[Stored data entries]
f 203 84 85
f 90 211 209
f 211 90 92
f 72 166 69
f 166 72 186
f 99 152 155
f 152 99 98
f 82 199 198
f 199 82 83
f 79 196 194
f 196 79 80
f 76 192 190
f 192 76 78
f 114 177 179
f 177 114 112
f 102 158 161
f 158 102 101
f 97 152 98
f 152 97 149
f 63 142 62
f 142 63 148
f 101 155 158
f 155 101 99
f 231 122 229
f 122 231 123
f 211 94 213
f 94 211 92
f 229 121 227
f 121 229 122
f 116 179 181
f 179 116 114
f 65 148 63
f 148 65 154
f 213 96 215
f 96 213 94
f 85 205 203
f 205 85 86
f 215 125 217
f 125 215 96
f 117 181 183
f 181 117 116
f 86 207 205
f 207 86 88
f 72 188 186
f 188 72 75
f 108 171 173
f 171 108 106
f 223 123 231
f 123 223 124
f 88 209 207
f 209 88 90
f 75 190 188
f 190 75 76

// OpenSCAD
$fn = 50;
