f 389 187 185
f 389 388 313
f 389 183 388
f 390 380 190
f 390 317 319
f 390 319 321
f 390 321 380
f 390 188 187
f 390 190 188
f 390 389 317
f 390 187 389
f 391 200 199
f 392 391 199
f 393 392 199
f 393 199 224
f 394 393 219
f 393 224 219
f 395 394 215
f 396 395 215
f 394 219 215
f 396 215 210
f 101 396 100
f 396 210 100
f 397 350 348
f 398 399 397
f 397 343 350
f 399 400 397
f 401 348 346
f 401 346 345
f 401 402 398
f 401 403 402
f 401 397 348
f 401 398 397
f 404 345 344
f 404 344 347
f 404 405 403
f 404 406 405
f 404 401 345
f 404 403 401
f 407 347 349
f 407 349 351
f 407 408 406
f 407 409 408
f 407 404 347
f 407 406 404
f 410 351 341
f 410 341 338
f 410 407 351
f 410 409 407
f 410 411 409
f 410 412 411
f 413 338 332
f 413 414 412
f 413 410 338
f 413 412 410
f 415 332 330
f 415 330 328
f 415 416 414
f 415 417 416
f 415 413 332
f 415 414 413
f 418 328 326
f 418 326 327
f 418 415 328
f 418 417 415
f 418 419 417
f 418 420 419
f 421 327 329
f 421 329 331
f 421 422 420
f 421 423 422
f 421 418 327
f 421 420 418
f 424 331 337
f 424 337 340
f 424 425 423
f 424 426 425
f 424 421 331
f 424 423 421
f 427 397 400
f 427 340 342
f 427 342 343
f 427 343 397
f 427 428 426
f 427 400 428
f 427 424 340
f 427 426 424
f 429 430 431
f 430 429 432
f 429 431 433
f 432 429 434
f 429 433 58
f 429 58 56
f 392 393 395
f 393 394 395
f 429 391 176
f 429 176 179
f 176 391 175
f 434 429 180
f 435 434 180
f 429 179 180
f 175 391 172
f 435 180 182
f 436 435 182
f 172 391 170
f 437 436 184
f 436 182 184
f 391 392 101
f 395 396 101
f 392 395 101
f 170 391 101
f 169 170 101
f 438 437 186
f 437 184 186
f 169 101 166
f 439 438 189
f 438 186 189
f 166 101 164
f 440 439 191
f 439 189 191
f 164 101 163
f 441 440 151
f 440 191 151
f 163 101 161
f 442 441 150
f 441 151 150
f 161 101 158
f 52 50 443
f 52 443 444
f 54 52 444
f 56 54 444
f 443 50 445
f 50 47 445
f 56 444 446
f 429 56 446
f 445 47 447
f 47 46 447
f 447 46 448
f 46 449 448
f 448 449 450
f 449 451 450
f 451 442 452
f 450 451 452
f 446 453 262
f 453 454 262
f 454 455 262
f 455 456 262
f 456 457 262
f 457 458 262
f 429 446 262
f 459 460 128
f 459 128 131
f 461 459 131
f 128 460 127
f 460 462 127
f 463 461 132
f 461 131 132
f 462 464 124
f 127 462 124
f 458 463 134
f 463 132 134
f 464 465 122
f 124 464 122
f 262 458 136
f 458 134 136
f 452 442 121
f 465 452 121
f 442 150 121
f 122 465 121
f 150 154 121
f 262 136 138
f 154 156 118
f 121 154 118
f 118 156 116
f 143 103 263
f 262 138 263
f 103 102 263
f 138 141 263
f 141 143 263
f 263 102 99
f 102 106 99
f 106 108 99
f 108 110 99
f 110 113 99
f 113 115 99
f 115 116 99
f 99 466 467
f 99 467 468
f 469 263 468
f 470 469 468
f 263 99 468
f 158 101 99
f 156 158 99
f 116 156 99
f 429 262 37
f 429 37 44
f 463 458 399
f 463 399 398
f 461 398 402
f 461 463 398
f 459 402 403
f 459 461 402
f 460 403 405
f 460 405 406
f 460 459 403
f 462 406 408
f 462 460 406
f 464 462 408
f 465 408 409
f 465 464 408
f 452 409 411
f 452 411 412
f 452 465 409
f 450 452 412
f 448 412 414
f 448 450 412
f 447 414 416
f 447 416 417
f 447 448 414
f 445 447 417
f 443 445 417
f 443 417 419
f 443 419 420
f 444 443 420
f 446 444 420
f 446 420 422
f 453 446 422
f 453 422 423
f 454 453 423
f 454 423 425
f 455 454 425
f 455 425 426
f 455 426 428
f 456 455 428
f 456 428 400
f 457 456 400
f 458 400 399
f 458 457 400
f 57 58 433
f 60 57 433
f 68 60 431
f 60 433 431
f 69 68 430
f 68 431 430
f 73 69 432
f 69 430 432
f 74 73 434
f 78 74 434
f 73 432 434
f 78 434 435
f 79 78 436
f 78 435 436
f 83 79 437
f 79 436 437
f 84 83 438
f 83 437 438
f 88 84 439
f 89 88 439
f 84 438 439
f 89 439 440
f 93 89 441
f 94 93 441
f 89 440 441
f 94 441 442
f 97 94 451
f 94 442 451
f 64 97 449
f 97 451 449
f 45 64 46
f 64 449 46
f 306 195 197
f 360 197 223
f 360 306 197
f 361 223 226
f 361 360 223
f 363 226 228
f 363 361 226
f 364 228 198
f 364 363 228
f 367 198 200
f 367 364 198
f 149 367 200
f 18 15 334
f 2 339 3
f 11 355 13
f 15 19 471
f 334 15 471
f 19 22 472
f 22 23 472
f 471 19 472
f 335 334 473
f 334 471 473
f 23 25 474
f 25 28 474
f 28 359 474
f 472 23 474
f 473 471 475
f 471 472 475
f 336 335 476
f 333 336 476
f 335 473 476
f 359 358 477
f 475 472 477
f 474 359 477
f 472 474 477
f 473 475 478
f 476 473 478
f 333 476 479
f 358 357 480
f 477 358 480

> [TASK DETAILS]: Every line from above should appear again in the answer, exactly as written.

> [TASK RESPONSE]:
f 203 84 85
f 90 211 209
f 211 90 92
f 72 166 69
f 166 72 186
f 99 152 155
f 152 99 98
f 82 199 198
f 199 82 83
f 79 196 194
f 196 79 80
f 76 192 190
f 192 76 78
f 114 177 179
f 177 114 112
f 102 158 161
f 158 102 101
f 97 152 98
f 152 97 149
f 63 142 62
f 142 63 148
f 101 155 158
f 155 101 99
f 231 122 229
f 122 231 123
f 211 94 213
f 94 211 92
f 229 121 227
f 121 229 122
f 116 179 181
f 179 116 114
f 65 148 63
f 148 65 154
f 213 96 215
f 96 213 94
f 85 205 203
f 205 85 86
f 215 125 217
f 125 215 96
f 117 181 183
f 181 117 116
f 86 207 205
f 207 86 88
f 72 188 186
f 188 72 75
f 108 171 173
f 171 108 106
f 223 123 231
f 123 223 124
f 88 209 207
f 209 88 90
f 75 190 188
f 190 75 76

// OpenSCAD
$fn = 50;
f 389 187 185
f 389 388 313
f 389 183 388
f 390 380 190
f 390 317 319
f 390 319 321
f 390 321 380
f 390 188 187
f 390 190 188
f 390 389 317
f 390 187 389
f 391 200 199
f 392 391 199
f 393 392 199
f 393 199 224
f 394 393 219
f 393 224 219
f 395 394 215
f 396 395 215
f 394 219 215
f 396 215 210
f 101 396 100
f 396 210 100
f 397 350 348
f 398 399 397
f 397 343 350
f 399 400 397
f 401 348 346
f 401 346 345
f 401 402 398
f 401 403 402
f 401 397 348
f 401 398 397
f 404 345 344
f 404 344 347
f 404 405 403
f 404 406 405
f 404 401 345
f 404 403 401
f 407 347 349
f 407 349 351
f 407 408 406
f 407 409 408
f 407 404 347
f 407 406 404
f 410 351 341
f 410 341 338
f 410 407 351
f 410 409 407
f 410 411 409
f 410 412 411
f 413 338 332
f 413 414 412
f 413 410 338
f 413 412 410
f 415 332 330
f 415 330 328
f 415 416 414
f 415 417 416
f 415 413 332
f 415 414 413
f 418 328 326
f 418 326 327
f 418 415 328
f 418 417 415
f 418 419 417
f 418 420 419
f 421 327 329
f 421 329 331
f 421 422 420
f 421 423 422
f 421 418 327
f 421 420 418
f 424 331 337
f 424 337 340
f 424 425 423
f 424 426 425
f 424 421 331
f 424 423 421
f 427 397 400
f 427 340 342
f 427 342 343
f 427 343 397
f 427 428 426
f 427 400 428
f 427 424 340
f 427 426 424
f 429 430 431
f 430 429 432
f 429 431 433
f 432 429 434
f 429 433 58
f 429 58 56
f 392 393 395
f 393 394 395
f 429 391 176
f 429 176 179
f 176 391 175
f 434 429 180
f 435 434 180
f 429 179 180
f 175 391 172
f 435 180 182
f 436 435 182
f 172 391 170
f 437 436 184
f 436 182 184
f 391 392 101
f 395 396 101
f 392 395 101
f 170 391 101
f 169 170 101
f 438 437 186
f 437 184 186
f 169 101 166
f 439 438 189
f 438 186 189
f 166 101 164
f 440 439 191
f 439 189 191
f 164 101 163
f 441 440 151
f 440 191 151
f 163 101 161
f 442 441 150
f 441 151 150
f 161 101 158
f 52 50 443
f 52 443 444
f 54 52 444
f 56 54 444
f 443 50 445
f 50 47 445
f 56 444 446
f 429 56 446
f 445 47 447
f 47 46 447
f 447 46 448
f 46 449 448
f 448 449 450
f 449 451 450
f 451 442 452
f 450 451 452
f 446 453 262
f 453 454 262
f 454 455 262
f 455 456 262
f 456 457 262
f 457 458 262
f 429 446 262
f 459 460 128
f 459 128 131
f 461 459 131
f 128 460 127
f 460 462 127
f 463 461 132
f 461 131 132
f 462 464 124
f 127 462 124
f 458 463 134
f 463 132 134
f 464 465 122
f 124 464 122
f 262 458 136
f 458 134 136
f 452 442 121
f 465 452 121
f 442 150 121
f 122 465 121
f 150 154 121
f 262 136 138
f 154 156 118
f 121 154 118
f 118 156 116
f 143 103 263
f 262 138 263
f 103 102 263
f 138 141 263
f 141 143 263
f 263 102 99
f 102 106 99
f 106 108 99
f 108 110 99
f 110 113 99
f 113 115 99
f 115 116 99
f 99 466 467
f 99 467 468
f 469 263 468
f 470 469 468
f 263 99 468
f 158 101 99
f 156 158 99
f 116 156 99
f 429 262 37
f 429 37 44
f 463 458 399
f 463 399 398
f 461 398 402
f 461 463 398
f 459 402 403
f 459 461 402
f 460 403 405
f 460 405 406
f 460 459 403
f 462 406 408
f 462 460 406
f 464 462 408
f 465 408 409
f 465 464 408
f 452 409 411
f 452 411 412
f 452 465 409
f 450 452 412
f 448 412 414
f 448 450 412
f 447 414 416
f 447 416 417
f 447 448 414
f 445 447 417
f 443 445 417
f 443 417 419
f 443 419 420
f 444 443 420
f 446 444 420
f 446 420 422
f 453 446 422
f 453 422 423
f 454 453 423
f 454 423 425
f 455 454 425
f 455 425 426
f 455 426 428
f 456 455 428
f 456 428 400
f 457 456 400
f 458 400 399
f 458 457 400
f 57 58 433
f 60 57 433
f 68 60 431
f 60 433 431
f 69 68 430
f 68 431 430
f 73 69 432
f 69 430 432
f 74 73 434
f 78 74 434
f 73 432 434
f 78 434 435
f 79 78 436
f 78 435 436
f 83 79 437
f 79 436 437
f 84 83 438
f 83 437 438
f 88 84 439
f 89 88 439
f 84 438 439
f 89 439 440
f 93 89 441
f 94 93 441
f 89 440 441
f 94 441 442
f 97 94 451
f 94 442 451
f 64 97 449
f 97 451 449
f 45 64 46
f 64 449 46
f 306 195 197
f 360 197 223
f 360 306 197
f 361 223 226
f 361 360 223
f 363 226 228
f 363 361 226
f 364 228 198
f 364 363 228
f 367 198 200
f 367 364 198
f 149 367 200
f 18 15 334
f 2 339 3
f 11 355 13
f 15 19 471
f 334 15 471
f 19 22 472
f 22 23 472
f 471 19 472
f 335 334 473
f 334 471 473
f 23 25 474
f 25 28 474
f 28 359 474
f 472 23 474
f 473 471 475
f 471 472 475
f 336 335 476
f 333 336 476
f 335 473 476
f 359 358 477
f 475 472 477
f 474 359 477
f 472 474 477
f 473 475 478
f 476 473 478
f 333 476 479
f 358 357 480
f 477 358 480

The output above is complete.